Bisphenol-A (BPA) is a chemical used to make plastics and other materials used in many food packaging applications, from can linings to baby bottles (see my last post on BPA for some background). Many of us who have been working on the BPA issue for years were quite surprised, on Friday, to learn that the U.S. Food and Drug Administration had changed its position on the chemical, admitting for the first time that they, too, have questions about its safety. For as long as they’ve had a position on BPA, the FDA’s position has been that it’s safe and suitable for food contact. With this announcement, the FDA admits that “on the basis of results from recent studies using novel approaches to test for subtle effects, both the National Toxicology Program at the National Institutes of Health and FDA have some concern about the potential effects of BPA on the brain, behavior, and prostate gland in fetuses, infants, and young children.” To translate: There still isn’t conclusive evidence that BPA is harmful, but there are a number of question marks that need to be resolved through research – and the National Institute of Environmental Health Sciences (NIEHS) was just awarded about 30 million dollars to pursue that research. In the meantime, the FDA has announced its interim position and the steps it is taking regarding BPA:

  • FDA is taking reasonable steps to reduce human exposure to BPA in the food supply.
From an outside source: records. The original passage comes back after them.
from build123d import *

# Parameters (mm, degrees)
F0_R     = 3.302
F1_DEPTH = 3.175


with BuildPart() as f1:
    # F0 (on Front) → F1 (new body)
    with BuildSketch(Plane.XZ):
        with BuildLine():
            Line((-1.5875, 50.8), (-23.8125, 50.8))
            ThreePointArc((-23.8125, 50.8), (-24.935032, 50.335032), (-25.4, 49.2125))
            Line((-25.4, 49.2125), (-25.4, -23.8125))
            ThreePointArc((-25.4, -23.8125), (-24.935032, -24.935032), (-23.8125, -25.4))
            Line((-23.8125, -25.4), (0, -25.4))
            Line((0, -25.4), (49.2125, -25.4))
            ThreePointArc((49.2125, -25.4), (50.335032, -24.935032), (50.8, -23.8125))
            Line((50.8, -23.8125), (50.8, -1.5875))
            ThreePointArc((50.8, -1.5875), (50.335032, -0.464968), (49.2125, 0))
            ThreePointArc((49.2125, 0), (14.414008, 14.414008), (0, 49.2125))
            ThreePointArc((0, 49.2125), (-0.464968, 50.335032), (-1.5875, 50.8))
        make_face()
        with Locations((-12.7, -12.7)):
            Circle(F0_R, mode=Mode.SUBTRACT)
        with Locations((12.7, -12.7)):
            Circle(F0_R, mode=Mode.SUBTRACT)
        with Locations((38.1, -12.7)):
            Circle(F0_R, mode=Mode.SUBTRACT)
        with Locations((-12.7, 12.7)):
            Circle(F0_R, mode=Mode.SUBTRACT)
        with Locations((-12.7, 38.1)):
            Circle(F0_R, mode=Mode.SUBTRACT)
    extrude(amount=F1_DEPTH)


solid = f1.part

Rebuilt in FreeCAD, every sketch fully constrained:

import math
import FreeCAD as App
import Part
import Sketcher
from FreeCAD import Vector
Q = App.Units.Quantity

doc = App.newDocument("Part")
body = doc.addObject("PartDesign::Body", "Body")

sketch1 = doc.addObject("Sketcher::SketchObject", "Sketch")
body.addObject(sketch1)
sketch1.AttachmentSupport = (doc.XZ_Plane, [""])
sketch1.MapMode = "FlatFace"
sketch1.addGeometry([
    Part.LineSegment(Vector(-1.5875, 50.8, 0), Vector(-23.8125, 50.8, 0)),
    Part.ArcOfCircle(Part.Circle(Vector(-23.8125, 49.2125, 0), Vector(0, 0, 1), 1.5875), math.radians(90.000002), math.radians(179.999998)),
    Part.LineSegment(Vector(-25.4, 49.2125, 0), Vector(-25.4, -23.8125, 0)),
    Part.ArcOfCircle(Part.Circle(Vector(-23.8125, -23.8125, 0), Vector(0, 0, 1), 1.5875), math.radians(-179.999998), math.radians(-90.000002)),
    Part.LineSegment(Vector(-23.8125, -25.4, 0), Vector(49.2125, -25.4, 0)),
    Part.ArcOfCircle(Part.Circle(Vector(49.2125, -23.8125, 0), Vector(0, 0, 1), 1.5875), math.radians(-89.999998), math.radians(-0.000002)),
    Part.LineSegment(Vector(50.8, -23.8125, 0), Vector(50.8, -1.5875, 0)),
    Part.ArcOfCircle(Part.Circle(Vector(49.2125, -1.5875, 0), Vector(0, 0, 1), 1.5875), math.radians(0.000002), math.radians(89.999998)),
    Part.ArcOfCircle(Part.Circle(Vector(49.212502, 49.212502, 0), Vector(0, 0, 1), 49.212502), math.radians(-179.999998), math.radians(-90.000002)),
    Part.ArcOfCircle(Part.Circle(Vector(-1.5875, 49.2125, 0), Vector(0, 0, 1), 1.5875), math.radians(0.000002), math.radians(89.999998)),
    Part.Circle(Vector(-12.7, -12.7, 0), Vector(0, 0, 1), 3.302),
    Part.Circle(Vector(12.7, -12.7, 0), Vector(0, 0, 1), 3.302),
    Part.Circle(Vector(-12.7, 12.7, 0), Vector(0, 0, 1), 3.302),
    Part.Circle(Vector(38.1, -12.7, 0), Vector(0, 0, 1), 3.302),
    Part.Circle(Vector(-12.7, 38.1, 0), Vector(0, 0, 1), 3.302),
], False)
sketch1.addConstraint([
    Sketcher.Constraint("Tangent", 0, 2, 1, 1),
    Sketcher.Constraint("Tangent", 1, 2, 2, 1),
    Sketcher.Constraint("Tangent", 2, 2, 3, 1),
    Sketcher.Constraint("Tangent", 3, 2, 4, 1),
    Sketcher.Constraint("Tangent", 4, 2, 5, 1),
    Sketcher.Constraint("Tangent", 5, 2, 6, 1),
    Sketcher.Constraint("Tangent", 6, 2, 7, 1),
    Sketcher.Constraint("Tangent", 7, 2, 8, 2),
    Sketcher.Constraint("Tangent", 8, 1, 9, 1),
    Sketcher.Constraint("Tangent", 9, 2, 0, 1),
    Sketcher.Constraint("Horizontal", 0),
    Sketcher.Constraint("Vertical", 2),
    Sketcher.Constraint("Horizontal", 4),
    Sketcher.Constraint("Vertical", 6),
    Sketcher.Constraint("Equal", 1, 3),
    Sketcher.Constraint("Equal", 3, 5),
    Sketcher.Constraint("Equal", 5, 7),
    Sketcher.Constraint("Equal", 7, 9),
    Sketcher.Constraint("Equal", 10, 11),
    Sketcher.Constraint("Equal", 11, 12),
    Sketcher.Constraint("Equal", 12, 13),
    Sketcher.Constraint("Equal", 13, 14),
    Sketcher.Constraint("Symmetric", 11, 3, 12, 3, -1, 1),
    Sketcher.Constraint("Symmetric", 10, 3, 11, 3, -2),
    Sketcher.Constraint("PointOnObject", 7, 2, -1),
    Sketcher.Constraint("PointOnObject", 8, 1, -2),
    Sketcher.Constraint("Horizontal", 1, 3, 8, 3),
    Sketcher.Constraint("Horizontal", 11, 3, 13, 3),
    Sketcher.Constraint("Vertical", 7, 3, 8, 3),
    Sketcher.Constraint("Vertical", 12, 3, 14, 3),
    Sketcher.Constraint("Equal", 4, 2),
    Sketcher.Constraint("Diameter", 10, Q("0.26 in")),
    Sketcher.Constraint("DistanceY", -1, 1, 0, 2, Q("2 in")),
    Sketcher.Constraint("DistanceX", 1, 2, -1, 1, Q("1 in")),
    Sketcher.Constraint("Radius", 1, Q("0.0625 in")),
    Sketcher.Constraint("DistanceX", 10, 3, 11, 3, Q("1 in")),
    Sketcher.Constraint("DistanceY", 10, 3, 12, 3, Q("1 in")),
    Sketcher.Constraint("DistanceX", 11, 3, 13, 3, Q("1 in")),
    Sketcher.Constraint("DistanceY", 12, 3, 14, 3, Q("1 in")),
])
pad1 = doc.addObject("PartDesign::Pad", "Pad")
body.addObject(pad1)
pad1.Profile = sketch1
pad1.Length = Q("0.125 in")

doc.recompute()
These steps include:
    • supporting the industry’s actions to stop producing BPA-containing baby bottles and infant feeding cups for the U.S. market;
    • facilitating the development of alternatives to BPA for the linings of infant formula cans; and
    • supporting efforts to replace BPA or minimize BPA levels in other food can linings.
  • FDA is supporting a shift to a more robust regulatory framework for oversight of BPA.
  • FDA is seeking further public comment and external input on the science surrounding BPA.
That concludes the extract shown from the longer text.